Sentinaro Alley, who picked up the phone patiently listened to everything I had to say. Then, she introduced herself as the publisher and promised to meet us at Café 77 in another hour.


What happened next is straight out of a dream. Sentinaro came, we spoke, she rang up a few numbers and three hours later, we were in a cab to Kohima with five pine saplings that she sponsored!

We are now in Kohima, where Richard Belho is hosting us in one the many bamboo houses he has. Richard is an architect. He’s also one of the many forces behind the Kohima Komets – a football team. His dream is to see Nagaland’s Under 19 football team kick the posterior of India’s national team. He believes this will make the authorities comprehend the immense potential in the youth in the state.

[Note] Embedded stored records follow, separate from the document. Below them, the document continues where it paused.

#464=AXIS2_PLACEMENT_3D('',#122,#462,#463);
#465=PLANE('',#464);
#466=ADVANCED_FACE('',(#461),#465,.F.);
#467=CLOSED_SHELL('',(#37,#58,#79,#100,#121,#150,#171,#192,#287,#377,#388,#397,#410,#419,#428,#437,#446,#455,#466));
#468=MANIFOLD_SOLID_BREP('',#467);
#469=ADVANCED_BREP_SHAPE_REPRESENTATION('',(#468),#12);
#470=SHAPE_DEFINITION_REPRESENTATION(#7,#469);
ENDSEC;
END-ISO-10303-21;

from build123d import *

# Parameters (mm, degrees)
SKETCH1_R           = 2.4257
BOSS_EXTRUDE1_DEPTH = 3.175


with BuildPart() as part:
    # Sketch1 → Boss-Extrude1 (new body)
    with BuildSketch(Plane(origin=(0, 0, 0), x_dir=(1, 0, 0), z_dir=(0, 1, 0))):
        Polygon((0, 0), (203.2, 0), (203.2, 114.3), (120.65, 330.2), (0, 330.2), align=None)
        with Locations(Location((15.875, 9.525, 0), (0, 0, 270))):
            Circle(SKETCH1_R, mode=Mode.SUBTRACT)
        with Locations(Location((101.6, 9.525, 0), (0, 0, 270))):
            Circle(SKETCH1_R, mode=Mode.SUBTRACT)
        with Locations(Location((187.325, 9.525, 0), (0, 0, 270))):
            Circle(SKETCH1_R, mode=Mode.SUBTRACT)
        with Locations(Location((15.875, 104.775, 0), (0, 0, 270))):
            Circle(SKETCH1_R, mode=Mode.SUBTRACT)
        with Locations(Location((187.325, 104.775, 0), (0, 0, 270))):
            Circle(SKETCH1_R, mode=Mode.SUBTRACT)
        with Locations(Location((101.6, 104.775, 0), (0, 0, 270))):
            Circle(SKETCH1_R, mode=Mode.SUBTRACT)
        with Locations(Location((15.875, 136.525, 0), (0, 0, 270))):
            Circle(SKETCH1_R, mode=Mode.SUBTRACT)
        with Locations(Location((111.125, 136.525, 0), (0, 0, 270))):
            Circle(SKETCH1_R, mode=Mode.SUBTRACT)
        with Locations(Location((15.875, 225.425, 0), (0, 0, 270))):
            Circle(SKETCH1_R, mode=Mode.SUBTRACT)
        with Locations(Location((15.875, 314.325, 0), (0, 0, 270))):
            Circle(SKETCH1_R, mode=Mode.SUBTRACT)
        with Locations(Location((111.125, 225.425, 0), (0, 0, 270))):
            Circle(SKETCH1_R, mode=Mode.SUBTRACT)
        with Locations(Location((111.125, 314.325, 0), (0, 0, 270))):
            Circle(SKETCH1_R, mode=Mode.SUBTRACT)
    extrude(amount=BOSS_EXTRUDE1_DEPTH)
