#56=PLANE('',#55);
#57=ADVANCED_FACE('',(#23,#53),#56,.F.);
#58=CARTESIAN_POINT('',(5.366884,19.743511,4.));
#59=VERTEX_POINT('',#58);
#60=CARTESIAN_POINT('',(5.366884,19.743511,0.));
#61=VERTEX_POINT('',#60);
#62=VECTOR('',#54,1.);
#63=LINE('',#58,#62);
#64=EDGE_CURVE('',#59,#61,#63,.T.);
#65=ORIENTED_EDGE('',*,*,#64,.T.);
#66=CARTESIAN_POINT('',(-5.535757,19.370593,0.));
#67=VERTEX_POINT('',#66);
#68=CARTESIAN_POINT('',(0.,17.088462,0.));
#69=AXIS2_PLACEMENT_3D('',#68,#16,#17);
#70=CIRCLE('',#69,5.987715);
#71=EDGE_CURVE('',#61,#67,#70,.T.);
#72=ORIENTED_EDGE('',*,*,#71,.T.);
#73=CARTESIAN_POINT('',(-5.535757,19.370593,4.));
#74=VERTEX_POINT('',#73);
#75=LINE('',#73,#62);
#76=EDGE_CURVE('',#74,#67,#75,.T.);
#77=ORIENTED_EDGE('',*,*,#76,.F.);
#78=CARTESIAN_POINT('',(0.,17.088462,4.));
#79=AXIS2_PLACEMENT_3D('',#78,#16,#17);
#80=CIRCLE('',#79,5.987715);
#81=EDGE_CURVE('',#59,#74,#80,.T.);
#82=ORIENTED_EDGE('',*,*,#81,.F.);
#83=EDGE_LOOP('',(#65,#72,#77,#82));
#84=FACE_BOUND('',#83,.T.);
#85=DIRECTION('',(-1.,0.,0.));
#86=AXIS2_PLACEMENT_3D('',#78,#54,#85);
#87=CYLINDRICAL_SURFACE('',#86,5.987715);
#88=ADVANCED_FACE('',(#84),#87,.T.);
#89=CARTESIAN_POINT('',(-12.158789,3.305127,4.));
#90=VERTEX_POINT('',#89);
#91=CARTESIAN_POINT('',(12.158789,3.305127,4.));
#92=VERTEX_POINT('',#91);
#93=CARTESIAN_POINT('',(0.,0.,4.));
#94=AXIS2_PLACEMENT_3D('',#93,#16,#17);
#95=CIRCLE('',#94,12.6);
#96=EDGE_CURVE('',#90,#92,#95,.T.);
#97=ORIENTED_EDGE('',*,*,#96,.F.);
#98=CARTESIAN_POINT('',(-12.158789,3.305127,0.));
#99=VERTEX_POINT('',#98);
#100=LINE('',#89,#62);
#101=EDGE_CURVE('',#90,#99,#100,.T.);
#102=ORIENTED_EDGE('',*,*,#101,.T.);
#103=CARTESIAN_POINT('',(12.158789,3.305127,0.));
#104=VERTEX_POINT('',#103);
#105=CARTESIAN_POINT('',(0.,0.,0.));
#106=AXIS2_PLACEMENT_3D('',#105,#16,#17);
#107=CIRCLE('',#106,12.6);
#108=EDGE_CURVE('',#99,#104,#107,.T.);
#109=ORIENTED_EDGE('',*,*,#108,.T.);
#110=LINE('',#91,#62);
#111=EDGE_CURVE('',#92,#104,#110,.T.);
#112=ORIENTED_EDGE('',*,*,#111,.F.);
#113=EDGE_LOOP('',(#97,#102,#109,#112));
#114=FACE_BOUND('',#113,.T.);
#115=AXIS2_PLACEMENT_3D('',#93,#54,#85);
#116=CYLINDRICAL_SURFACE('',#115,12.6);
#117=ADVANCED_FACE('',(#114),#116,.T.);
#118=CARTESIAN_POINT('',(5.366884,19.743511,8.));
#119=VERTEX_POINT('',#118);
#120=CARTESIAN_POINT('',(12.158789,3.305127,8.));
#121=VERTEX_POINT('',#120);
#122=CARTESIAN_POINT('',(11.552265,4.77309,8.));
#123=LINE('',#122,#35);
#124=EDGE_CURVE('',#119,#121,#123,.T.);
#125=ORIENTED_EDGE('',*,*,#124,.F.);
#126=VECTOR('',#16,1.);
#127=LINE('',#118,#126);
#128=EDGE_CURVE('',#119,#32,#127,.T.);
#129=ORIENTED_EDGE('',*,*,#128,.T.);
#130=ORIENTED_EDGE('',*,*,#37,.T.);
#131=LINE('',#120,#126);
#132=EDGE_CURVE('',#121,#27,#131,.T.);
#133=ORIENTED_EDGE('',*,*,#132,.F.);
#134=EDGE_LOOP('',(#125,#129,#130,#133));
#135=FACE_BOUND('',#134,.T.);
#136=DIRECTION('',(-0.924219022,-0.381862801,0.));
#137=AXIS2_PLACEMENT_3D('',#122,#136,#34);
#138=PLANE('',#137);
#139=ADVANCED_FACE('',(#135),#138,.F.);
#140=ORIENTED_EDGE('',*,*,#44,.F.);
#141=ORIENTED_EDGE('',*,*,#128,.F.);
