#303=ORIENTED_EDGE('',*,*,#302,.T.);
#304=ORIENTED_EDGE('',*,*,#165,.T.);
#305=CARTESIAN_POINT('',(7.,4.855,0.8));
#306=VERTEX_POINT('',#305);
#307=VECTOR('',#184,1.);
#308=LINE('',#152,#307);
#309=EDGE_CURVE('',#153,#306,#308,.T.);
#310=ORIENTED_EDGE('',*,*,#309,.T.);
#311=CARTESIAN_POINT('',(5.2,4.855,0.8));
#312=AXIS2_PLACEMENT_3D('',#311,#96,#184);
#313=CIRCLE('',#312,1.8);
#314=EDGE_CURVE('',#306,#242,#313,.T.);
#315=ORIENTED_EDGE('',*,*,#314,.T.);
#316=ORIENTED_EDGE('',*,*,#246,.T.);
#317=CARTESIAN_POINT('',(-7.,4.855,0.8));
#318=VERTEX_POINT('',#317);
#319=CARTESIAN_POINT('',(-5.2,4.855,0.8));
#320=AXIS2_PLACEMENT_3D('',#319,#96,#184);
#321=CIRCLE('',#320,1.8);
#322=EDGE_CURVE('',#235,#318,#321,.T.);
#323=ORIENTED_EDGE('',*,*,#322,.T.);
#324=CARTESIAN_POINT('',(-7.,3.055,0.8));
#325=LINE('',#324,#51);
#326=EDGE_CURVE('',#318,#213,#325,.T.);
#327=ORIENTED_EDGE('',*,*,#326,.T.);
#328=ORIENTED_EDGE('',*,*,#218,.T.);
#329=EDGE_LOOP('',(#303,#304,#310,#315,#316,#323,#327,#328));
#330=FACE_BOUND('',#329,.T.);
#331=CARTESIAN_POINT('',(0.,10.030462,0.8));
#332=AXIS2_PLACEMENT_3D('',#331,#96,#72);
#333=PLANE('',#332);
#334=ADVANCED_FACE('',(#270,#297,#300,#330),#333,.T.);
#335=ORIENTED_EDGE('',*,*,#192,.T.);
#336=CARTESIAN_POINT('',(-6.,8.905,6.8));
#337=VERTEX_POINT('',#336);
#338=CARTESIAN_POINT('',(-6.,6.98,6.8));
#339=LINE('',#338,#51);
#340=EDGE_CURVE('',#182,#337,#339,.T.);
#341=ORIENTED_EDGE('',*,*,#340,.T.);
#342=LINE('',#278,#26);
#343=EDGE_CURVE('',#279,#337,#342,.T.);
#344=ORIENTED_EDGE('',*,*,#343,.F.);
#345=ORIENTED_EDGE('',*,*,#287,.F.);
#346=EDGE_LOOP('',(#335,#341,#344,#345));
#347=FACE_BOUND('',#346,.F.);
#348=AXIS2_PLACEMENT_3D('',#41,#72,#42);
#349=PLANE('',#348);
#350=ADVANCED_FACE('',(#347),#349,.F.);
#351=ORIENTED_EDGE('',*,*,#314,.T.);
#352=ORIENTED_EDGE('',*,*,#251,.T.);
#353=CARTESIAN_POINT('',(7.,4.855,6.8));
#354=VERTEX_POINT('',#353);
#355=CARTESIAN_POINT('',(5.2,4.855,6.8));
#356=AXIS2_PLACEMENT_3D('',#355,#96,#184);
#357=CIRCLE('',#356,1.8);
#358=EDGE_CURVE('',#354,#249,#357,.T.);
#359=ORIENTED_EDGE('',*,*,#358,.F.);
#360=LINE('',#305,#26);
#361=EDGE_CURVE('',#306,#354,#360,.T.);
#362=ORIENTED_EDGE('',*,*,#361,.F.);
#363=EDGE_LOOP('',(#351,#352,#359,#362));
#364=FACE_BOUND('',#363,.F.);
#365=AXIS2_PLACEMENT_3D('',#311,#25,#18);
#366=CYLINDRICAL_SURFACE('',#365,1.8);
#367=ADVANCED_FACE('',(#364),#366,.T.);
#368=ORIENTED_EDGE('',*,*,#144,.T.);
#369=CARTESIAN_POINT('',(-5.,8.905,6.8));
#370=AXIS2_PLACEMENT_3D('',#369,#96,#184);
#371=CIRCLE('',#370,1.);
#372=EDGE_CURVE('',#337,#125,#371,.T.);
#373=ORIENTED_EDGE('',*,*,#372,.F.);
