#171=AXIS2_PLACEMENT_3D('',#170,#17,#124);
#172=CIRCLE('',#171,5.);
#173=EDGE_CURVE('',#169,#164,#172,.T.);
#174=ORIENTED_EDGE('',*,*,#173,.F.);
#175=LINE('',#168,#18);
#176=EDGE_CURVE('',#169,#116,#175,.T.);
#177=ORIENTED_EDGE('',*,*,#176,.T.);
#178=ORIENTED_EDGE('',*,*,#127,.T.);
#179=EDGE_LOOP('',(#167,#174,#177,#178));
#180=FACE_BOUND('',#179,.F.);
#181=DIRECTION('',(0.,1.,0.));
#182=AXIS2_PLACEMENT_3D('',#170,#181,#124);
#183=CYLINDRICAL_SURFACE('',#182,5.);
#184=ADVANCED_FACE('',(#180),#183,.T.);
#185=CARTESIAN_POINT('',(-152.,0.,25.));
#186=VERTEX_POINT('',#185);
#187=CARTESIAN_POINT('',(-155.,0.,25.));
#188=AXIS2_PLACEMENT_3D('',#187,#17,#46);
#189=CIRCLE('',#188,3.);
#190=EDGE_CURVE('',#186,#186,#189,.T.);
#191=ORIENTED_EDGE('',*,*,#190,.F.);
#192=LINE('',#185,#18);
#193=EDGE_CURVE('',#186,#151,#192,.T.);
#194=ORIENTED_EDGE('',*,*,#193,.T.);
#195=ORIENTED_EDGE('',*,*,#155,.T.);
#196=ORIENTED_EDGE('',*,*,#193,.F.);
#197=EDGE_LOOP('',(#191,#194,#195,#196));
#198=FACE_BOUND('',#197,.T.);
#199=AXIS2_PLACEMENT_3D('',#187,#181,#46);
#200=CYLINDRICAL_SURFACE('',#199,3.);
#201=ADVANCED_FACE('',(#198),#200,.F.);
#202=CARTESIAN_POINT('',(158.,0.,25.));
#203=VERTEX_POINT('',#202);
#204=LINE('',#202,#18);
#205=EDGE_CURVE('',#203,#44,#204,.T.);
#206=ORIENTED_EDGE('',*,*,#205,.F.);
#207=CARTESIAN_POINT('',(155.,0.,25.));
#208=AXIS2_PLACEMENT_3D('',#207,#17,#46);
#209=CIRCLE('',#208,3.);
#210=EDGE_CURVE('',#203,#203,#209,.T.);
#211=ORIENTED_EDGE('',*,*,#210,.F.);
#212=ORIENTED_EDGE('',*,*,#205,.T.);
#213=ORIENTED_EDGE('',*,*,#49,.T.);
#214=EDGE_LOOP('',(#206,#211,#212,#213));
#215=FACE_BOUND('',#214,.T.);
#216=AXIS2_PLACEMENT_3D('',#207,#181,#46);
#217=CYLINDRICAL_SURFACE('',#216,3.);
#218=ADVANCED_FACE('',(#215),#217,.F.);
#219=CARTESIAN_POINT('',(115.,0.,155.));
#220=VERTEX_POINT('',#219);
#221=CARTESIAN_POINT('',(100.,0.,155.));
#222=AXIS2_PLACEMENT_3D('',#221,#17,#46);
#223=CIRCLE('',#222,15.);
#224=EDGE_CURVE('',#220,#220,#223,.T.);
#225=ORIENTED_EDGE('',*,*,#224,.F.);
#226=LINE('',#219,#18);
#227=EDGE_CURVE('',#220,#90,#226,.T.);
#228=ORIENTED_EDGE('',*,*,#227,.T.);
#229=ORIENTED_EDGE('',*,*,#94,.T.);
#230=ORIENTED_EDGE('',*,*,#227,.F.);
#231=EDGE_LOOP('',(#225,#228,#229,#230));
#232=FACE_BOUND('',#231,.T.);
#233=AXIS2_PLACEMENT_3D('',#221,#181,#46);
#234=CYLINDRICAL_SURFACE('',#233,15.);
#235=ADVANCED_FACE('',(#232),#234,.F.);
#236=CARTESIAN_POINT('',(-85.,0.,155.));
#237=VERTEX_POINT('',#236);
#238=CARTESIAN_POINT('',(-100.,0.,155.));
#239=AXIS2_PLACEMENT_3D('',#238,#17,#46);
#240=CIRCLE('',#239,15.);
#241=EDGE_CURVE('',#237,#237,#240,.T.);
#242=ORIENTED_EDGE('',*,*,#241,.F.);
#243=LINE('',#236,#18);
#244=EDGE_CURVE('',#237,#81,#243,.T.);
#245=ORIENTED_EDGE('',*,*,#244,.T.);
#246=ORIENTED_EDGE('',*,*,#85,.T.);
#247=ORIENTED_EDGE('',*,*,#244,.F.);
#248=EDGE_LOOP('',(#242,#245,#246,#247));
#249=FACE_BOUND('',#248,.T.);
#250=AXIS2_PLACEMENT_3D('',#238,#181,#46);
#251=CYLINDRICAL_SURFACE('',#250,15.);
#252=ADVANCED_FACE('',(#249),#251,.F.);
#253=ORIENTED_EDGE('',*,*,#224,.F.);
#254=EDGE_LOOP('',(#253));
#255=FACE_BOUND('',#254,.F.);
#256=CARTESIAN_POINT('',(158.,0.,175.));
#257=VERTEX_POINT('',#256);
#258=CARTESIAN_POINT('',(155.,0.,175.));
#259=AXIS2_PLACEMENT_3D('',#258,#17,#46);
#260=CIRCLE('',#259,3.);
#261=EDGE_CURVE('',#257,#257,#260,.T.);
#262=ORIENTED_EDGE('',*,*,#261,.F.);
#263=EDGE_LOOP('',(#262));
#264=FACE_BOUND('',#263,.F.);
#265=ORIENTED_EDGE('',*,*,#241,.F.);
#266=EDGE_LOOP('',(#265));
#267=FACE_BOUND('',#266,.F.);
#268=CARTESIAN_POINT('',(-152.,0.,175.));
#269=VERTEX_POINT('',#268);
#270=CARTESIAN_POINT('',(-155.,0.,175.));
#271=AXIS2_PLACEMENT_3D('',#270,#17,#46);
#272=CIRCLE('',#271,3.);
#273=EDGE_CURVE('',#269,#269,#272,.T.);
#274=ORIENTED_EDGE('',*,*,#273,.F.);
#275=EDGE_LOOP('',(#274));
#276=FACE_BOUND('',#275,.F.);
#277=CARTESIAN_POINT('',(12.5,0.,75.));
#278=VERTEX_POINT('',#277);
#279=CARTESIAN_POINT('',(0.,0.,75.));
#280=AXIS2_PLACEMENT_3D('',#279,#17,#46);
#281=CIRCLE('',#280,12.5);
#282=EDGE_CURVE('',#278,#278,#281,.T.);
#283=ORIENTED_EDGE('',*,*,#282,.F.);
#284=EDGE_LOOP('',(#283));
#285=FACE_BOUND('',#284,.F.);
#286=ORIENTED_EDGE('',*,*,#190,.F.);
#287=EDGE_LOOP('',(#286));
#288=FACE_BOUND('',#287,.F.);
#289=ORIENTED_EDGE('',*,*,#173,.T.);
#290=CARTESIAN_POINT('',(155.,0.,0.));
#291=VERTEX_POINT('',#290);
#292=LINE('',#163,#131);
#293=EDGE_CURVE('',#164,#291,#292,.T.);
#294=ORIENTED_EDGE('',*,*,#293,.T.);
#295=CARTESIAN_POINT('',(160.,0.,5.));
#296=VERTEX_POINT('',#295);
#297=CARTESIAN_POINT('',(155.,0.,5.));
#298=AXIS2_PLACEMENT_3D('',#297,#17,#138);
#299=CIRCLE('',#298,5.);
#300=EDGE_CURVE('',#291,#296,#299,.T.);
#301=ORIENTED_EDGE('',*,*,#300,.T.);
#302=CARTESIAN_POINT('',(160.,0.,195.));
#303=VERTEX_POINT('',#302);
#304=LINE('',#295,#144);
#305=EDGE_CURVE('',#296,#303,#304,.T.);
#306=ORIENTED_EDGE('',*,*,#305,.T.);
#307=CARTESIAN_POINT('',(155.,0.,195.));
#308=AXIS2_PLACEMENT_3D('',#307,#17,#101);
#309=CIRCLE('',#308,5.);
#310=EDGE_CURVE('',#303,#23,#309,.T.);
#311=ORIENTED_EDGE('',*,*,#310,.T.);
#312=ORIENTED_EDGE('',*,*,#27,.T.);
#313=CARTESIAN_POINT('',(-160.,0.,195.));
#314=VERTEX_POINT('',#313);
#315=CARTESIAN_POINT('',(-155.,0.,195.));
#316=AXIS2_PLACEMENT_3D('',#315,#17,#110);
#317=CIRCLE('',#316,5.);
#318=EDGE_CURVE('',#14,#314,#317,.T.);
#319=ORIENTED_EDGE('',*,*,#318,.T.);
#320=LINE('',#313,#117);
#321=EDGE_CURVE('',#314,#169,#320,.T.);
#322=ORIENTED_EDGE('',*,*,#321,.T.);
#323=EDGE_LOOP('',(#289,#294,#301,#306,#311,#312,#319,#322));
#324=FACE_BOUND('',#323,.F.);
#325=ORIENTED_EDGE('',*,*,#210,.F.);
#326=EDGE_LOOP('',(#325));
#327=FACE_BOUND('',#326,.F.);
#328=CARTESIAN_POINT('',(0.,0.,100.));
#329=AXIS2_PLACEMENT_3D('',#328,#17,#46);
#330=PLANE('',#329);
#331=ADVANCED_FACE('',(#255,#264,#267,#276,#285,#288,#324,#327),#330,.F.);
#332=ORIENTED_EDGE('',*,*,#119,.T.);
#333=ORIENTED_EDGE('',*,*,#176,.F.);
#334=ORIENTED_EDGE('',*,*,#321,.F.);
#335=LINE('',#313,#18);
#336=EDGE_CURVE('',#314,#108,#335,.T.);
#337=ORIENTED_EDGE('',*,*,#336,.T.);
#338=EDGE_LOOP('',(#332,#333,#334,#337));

Richard, along with help from a lot of people like Bazo Kire and all of his colleagues, is now setting up a football academy which will serve as the home ground for the Kohima Komets. Project 35 Trees planted ten trees in Meriema Village, where the academy will soon come up. We wish the Kohima Komets and the forces behind them all the best! We can’t wait to see them in action!



Anthony loves the food here. Yesterday, he had one of those green piggies from Angry Birds. Today he devoured a distant relative of Donald Duck. As for me, I am glad I’ve started eating eggs and that my hosts generously make me an omlette for lunch and dinner.

We just heard news that there’s a bandh in Imphal. If that’s true, it means we will still be in Kohima when the Hornbill Festival begins!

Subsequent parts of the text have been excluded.